ENTRIES SHOWN:
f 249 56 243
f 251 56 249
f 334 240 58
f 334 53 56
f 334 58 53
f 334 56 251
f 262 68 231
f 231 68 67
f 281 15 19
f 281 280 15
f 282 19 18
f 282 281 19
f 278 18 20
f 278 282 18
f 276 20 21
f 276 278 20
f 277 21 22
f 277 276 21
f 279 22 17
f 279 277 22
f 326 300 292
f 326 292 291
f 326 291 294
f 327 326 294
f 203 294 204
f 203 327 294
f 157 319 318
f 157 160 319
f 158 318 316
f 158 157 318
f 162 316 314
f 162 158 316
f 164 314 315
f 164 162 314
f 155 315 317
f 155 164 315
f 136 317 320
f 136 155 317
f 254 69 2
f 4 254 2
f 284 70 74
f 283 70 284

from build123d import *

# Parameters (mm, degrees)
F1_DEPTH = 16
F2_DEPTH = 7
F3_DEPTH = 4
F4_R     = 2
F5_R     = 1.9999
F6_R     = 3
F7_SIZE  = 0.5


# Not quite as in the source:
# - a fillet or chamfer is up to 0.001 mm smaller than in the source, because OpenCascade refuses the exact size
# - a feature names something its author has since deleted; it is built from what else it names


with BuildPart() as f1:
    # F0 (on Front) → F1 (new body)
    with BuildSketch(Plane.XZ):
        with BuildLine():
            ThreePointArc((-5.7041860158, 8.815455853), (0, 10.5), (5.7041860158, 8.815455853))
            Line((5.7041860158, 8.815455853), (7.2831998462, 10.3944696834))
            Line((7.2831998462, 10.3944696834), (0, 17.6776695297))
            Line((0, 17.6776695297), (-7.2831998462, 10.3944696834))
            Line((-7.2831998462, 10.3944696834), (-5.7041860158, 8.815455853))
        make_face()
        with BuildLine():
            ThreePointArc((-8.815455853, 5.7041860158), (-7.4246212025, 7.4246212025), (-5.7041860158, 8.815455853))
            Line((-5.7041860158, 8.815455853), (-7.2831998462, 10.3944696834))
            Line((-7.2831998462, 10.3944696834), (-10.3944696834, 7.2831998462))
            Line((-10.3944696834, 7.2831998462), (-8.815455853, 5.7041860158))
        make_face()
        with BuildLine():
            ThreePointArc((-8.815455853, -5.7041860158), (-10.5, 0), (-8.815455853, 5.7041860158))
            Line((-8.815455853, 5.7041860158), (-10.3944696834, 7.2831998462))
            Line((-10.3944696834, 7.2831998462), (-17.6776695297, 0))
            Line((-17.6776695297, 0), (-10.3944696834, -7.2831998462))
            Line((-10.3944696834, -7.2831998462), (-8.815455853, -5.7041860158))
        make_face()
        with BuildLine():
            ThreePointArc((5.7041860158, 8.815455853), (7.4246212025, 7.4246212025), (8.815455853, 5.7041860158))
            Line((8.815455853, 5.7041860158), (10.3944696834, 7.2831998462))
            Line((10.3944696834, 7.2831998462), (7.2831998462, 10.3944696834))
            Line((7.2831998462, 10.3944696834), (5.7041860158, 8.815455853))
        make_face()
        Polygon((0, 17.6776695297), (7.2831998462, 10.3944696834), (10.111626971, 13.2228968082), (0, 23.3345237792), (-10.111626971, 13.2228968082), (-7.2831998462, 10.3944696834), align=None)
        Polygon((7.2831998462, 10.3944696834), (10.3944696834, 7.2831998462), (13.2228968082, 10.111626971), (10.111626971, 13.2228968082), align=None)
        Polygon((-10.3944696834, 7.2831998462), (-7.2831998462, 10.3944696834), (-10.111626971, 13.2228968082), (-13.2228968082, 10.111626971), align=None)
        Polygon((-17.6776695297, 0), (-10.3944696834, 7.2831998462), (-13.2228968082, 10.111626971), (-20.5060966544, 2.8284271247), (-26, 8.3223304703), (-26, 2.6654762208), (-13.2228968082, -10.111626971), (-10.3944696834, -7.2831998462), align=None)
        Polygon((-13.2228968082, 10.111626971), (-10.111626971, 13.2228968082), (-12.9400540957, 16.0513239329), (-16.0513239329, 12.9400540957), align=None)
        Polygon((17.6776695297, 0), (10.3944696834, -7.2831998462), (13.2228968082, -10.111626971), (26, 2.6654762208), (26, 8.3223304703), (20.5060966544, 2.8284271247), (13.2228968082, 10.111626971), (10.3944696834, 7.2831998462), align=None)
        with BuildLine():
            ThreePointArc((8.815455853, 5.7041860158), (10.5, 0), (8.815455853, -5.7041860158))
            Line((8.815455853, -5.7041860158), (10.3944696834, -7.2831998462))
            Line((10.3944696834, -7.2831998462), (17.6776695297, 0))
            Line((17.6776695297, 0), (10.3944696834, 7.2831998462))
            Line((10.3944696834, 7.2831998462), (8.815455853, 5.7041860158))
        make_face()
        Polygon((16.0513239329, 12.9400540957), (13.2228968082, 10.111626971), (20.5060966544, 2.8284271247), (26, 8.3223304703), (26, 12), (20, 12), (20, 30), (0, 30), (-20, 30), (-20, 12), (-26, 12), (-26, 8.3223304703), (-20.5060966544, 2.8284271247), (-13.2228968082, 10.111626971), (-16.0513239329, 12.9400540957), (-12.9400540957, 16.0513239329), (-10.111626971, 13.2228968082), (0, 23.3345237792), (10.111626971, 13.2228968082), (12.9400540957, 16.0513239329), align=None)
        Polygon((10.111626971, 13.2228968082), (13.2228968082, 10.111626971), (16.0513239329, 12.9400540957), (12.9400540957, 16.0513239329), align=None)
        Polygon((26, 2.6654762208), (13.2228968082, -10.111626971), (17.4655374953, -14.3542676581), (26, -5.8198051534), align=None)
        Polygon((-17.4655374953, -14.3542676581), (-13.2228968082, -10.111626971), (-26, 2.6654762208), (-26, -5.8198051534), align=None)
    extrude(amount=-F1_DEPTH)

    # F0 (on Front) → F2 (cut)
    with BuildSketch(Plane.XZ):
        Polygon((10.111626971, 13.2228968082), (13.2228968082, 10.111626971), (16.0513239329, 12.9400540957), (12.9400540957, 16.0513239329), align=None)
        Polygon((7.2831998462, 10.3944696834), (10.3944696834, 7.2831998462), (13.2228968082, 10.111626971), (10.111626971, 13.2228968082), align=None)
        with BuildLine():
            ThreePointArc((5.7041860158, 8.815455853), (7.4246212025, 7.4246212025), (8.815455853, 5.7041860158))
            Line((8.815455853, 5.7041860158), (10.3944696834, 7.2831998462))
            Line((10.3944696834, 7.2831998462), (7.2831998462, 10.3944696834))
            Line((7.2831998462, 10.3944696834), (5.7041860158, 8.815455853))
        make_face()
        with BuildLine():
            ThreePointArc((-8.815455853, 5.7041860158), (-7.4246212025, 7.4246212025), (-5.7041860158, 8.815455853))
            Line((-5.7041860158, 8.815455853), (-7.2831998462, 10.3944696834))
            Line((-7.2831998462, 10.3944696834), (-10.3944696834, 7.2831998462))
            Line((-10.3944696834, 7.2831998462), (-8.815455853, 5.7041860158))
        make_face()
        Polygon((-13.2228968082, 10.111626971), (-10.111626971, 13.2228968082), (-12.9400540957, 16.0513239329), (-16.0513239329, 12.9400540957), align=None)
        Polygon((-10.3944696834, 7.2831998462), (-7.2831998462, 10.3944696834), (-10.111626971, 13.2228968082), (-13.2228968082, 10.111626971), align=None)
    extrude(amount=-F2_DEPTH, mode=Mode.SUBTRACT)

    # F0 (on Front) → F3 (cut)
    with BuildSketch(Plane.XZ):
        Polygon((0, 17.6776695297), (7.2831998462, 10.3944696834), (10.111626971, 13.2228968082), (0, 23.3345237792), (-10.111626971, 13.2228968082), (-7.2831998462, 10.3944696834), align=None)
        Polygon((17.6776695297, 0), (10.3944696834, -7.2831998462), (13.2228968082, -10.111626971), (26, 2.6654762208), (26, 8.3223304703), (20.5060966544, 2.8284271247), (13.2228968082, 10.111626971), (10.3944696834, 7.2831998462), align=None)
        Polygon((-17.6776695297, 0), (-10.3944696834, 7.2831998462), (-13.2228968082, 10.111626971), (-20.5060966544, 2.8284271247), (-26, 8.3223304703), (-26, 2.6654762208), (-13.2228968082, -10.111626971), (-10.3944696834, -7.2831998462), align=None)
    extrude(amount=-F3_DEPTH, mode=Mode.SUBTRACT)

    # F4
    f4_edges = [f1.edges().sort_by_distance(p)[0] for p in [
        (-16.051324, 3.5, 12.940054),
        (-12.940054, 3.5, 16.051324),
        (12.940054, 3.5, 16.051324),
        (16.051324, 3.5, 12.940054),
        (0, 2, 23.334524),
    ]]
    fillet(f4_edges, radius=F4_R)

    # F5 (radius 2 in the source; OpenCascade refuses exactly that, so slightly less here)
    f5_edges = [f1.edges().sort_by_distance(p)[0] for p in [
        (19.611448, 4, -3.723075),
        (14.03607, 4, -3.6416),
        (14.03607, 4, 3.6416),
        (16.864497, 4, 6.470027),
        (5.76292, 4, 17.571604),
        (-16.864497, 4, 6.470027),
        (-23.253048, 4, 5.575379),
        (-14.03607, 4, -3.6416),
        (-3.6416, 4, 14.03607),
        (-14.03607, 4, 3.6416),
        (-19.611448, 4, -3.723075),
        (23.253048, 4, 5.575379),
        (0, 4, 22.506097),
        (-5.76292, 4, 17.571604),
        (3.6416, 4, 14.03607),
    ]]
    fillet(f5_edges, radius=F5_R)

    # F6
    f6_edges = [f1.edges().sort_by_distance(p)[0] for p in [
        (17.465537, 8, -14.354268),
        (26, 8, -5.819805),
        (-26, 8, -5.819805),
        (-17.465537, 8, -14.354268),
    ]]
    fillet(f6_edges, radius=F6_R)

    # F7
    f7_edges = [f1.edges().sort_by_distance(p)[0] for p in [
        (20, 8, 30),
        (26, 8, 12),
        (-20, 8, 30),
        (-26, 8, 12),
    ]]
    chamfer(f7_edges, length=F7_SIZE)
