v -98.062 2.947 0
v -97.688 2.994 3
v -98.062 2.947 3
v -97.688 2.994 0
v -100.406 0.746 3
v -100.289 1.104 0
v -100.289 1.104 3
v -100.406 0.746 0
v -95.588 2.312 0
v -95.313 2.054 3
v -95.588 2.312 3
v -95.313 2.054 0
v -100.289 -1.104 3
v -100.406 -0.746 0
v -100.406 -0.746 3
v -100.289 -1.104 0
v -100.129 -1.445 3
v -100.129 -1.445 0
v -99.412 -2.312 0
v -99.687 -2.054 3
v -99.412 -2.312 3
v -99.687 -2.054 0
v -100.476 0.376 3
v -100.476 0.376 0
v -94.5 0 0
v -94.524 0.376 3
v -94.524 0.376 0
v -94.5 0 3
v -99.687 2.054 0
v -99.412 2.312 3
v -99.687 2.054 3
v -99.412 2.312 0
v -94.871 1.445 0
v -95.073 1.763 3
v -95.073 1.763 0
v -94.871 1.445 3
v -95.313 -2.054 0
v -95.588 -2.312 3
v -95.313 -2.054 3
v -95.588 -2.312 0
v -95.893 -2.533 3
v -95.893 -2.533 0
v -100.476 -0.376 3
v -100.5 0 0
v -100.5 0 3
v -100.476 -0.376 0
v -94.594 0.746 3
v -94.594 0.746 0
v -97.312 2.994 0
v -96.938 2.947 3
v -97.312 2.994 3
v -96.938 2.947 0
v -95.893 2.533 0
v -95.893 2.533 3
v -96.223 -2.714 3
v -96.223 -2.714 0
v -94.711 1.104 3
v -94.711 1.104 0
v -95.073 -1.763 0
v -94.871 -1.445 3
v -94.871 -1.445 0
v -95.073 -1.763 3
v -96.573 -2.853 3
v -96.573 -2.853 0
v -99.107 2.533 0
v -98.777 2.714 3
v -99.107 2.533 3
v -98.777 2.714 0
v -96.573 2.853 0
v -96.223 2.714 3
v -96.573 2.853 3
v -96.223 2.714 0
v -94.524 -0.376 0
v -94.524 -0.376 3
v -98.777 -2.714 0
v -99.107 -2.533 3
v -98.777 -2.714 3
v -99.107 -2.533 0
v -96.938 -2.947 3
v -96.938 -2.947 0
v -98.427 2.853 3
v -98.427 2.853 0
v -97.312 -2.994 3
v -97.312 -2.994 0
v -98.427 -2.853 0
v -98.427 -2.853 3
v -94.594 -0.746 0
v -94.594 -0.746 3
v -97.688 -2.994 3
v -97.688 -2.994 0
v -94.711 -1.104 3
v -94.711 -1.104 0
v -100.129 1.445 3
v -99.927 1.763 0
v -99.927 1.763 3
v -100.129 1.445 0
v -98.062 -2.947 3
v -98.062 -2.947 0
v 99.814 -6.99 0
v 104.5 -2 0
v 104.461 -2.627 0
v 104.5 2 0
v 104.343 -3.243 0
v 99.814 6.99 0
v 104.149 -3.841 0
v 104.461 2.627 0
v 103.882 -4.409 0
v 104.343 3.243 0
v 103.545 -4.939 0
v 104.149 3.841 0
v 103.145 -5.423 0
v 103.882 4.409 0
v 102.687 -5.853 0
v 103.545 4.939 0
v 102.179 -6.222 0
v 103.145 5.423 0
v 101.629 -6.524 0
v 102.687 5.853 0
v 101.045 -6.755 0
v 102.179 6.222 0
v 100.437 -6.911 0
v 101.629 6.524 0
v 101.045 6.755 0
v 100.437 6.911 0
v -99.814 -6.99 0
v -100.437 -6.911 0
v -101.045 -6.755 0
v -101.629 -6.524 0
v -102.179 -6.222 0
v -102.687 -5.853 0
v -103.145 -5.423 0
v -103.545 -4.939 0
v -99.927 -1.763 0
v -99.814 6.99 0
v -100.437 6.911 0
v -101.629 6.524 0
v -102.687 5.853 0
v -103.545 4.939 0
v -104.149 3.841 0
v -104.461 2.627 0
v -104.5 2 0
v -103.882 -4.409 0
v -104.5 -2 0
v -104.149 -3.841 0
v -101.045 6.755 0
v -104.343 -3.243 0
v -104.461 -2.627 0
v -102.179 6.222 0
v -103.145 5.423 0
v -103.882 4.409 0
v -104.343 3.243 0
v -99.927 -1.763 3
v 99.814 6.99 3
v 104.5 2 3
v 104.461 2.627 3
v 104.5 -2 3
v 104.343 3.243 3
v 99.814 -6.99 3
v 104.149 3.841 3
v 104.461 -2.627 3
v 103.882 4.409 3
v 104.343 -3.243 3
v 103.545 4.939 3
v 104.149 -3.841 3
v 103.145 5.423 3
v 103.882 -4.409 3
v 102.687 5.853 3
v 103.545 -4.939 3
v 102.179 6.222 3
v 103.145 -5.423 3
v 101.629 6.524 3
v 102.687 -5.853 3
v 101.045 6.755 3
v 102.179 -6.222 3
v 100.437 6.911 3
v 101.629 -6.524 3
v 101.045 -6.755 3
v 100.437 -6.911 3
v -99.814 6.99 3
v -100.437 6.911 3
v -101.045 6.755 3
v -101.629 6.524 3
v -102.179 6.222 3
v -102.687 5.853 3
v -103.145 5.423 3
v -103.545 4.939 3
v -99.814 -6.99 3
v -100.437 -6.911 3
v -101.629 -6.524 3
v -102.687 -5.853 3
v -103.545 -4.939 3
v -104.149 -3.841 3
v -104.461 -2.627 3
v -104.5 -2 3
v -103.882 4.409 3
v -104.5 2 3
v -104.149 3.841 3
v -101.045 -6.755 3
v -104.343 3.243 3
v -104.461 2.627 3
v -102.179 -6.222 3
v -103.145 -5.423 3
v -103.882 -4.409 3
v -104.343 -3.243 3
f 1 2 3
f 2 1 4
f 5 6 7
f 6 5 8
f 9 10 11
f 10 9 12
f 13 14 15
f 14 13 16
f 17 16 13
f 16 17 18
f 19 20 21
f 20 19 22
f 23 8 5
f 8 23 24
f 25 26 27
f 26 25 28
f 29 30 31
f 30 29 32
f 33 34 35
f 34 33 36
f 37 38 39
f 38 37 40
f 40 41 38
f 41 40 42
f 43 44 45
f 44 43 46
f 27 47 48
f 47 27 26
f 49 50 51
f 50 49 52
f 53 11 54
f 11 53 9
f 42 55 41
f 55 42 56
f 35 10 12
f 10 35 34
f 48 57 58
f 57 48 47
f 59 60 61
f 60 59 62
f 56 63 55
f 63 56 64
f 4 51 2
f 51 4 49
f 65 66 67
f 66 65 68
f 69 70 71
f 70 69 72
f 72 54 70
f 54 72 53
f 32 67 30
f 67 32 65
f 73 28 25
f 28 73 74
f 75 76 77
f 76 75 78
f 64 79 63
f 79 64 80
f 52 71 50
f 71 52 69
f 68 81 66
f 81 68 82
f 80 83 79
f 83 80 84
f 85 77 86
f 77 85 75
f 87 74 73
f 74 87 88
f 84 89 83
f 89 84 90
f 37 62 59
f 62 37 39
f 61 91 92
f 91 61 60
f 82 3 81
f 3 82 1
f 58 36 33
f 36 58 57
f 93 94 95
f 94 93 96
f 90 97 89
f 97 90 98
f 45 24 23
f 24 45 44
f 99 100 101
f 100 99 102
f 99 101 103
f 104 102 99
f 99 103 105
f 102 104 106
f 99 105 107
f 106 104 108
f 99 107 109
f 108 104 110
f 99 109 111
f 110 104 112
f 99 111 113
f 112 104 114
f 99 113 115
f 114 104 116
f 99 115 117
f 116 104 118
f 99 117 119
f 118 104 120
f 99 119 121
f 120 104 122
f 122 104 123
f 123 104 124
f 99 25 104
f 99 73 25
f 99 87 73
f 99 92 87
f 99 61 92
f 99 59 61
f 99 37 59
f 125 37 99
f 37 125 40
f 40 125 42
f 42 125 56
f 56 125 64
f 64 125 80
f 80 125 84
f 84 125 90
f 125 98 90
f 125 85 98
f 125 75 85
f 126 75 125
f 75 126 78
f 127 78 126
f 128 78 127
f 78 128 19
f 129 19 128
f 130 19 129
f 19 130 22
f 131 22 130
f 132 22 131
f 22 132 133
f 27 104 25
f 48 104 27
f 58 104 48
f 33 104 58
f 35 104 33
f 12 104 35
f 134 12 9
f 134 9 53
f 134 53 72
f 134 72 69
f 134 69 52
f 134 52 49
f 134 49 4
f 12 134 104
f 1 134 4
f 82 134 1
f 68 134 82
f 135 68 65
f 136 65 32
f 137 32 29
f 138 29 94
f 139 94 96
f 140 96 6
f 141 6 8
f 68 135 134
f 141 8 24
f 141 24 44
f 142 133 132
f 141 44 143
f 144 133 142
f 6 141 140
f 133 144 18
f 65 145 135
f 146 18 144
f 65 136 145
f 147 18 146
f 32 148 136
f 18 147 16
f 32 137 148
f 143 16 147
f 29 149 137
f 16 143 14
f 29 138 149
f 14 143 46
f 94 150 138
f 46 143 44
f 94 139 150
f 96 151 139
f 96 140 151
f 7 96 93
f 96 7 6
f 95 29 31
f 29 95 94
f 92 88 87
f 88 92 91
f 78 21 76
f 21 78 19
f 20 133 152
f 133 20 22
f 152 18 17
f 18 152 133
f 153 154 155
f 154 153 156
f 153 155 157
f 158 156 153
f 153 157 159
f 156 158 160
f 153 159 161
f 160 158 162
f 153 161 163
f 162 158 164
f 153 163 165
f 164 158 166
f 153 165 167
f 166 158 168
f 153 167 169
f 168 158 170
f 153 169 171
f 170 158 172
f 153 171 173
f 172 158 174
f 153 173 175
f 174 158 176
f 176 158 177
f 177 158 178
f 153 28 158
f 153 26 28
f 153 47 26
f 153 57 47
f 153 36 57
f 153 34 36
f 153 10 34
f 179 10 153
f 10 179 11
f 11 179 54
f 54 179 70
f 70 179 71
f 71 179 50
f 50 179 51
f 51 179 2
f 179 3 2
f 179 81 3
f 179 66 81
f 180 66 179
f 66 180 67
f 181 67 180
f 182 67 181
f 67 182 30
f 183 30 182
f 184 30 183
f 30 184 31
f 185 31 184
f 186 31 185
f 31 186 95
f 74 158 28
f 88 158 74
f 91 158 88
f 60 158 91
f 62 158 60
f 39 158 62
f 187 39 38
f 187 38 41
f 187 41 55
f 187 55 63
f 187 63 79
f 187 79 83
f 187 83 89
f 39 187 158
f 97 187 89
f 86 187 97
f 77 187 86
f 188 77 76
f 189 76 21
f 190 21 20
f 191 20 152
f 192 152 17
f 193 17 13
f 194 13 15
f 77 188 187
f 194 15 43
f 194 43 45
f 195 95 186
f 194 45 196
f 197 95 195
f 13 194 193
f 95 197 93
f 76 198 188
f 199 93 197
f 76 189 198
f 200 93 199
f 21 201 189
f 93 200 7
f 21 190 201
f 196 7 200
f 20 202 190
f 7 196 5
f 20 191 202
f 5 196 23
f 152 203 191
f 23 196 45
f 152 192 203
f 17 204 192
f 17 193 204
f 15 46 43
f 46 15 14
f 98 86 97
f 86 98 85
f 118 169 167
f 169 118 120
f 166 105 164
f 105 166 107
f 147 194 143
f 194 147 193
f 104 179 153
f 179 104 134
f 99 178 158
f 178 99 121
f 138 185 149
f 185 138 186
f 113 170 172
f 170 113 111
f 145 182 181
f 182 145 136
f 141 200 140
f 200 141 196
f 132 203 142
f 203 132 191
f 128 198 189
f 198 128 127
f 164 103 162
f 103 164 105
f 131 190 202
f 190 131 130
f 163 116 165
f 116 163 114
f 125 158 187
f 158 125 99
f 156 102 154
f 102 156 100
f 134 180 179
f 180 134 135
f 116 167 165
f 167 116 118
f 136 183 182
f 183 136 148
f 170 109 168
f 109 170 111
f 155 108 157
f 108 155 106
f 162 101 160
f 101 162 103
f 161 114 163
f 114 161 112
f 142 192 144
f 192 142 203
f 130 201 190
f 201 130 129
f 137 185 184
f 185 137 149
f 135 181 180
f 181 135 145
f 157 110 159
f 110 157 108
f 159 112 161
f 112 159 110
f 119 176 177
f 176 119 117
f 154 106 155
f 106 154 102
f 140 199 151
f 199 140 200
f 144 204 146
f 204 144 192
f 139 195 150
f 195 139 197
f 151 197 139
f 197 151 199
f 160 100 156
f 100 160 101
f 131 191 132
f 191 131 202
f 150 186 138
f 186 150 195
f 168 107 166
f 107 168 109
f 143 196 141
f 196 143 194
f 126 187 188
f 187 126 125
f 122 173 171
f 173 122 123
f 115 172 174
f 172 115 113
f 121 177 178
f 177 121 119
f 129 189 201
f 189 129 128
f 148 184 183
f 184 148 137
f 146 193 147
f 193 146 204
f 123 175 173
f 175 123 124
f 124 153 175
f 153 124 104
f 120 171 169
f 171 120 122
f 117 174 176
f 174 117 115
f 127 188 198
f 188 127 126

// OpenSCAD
$fn = 50;


difference() {
	union() {
		hull() {
			translate(v = [-99.5000000000, 2.0000000000, 0]) {
				cylinder(h = 3, r = 5);
			}
			translate(v = [99.5000000000, 2.0000000000, 0]) {
				cylinder(h = 3, r = 5);
			}
			translate(v = [-99.5000000000, -2.0000000000, 0]) {
				cylinder(h = 3, r = 5);
			}
			translate(v = [99.5000000000, -2.0000000000, 0]) {
				cylinder(h = 3, r = 5);
			}
		}
	}
	union() {
		translate(v = [-97.5000000000, 0.0000000000, 0]) {
			cylinder(h = 3, r = 3.0000000000);
		}
		translate(v = [-97.5000000000, 0.0000000000, 0]) {
			cylinder(h = 3, r = 1.5000000000);
		}
		translate(v = [-97.5000000000, 0.0000000000, 0]) {
			cylinder(h = 3, r = 1.5000000000);
		}
		translate(v = [-97.5000000000, 0.0000000000, 0]) {
			cylinder(h = 3, r = 1.5000000000);
		}
	}
}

EXERCISE: Your task is to quote the lines above, beginning with the first and ending with the one that holds "Line((7.2831998462, 10.3944696834), (0, 17.6776695297))".

TASK OUTPUT:
f 249 56 243
f 251 56 249
f 334 240 58
f 334 53 56
f 334 58 53
f 334 56 251
f 262 68 231
f 231 68 67
f 281 15 19
f 281 280 15
f 282 19 18
f 282 281 19
f 278 18 20
f 278 282 18
f 276 20 21
f 276 278 20
f 277 21 22
f 277 276 21
f 279 22 17
f 279 277 22
f 326 300 292
f 326 292 291
f 326 291 294
f 327 326 294
f 203 294 204
f 203 327 294
f 157 319 318
f 157 160 319
f 158 318 316
f 158 157 318
f 162 316 314
f 162 158 316
f 164 314 315
f 164 162 314
f 155 315 317
f 155 164 315
f 136 317 320
f 136 155 317
f 254 69 2
f 4 254 2
f 284 70 74
f 283 70 284

from build123d import *

# Parameters (mm, degrees)
F1_DEPTH = 16
F2_DEPTH = 7
F3_DEPTH = 4
F4_R     = 2
F5_R     = 1.9999
F6_R     = 3
F7_SIZE  = 0.5


# Not quite as in the source:
# - a fillet or chamfer is up to 0.001 mm smaller than in the source, because OpenCascade refuses the exact size
# - a feature names something its author has since deleted; it is built from what else it names


with BuildPart() as f1:
    # F0 (on Front) → F1 (new body)
    with BuildSketch(Plane.XZ):
        with BuildLine():
            ThreePointArc((-5.7041860158, 8.815455853), (0, 10.5), (5.7041860158, 8.815455853))
            Line((5.7041860158, 8.815455853), (7.2831998462, 10.3944696834))
            Line((7.2831998462, 10.3944696834), (0, 17.6776695297))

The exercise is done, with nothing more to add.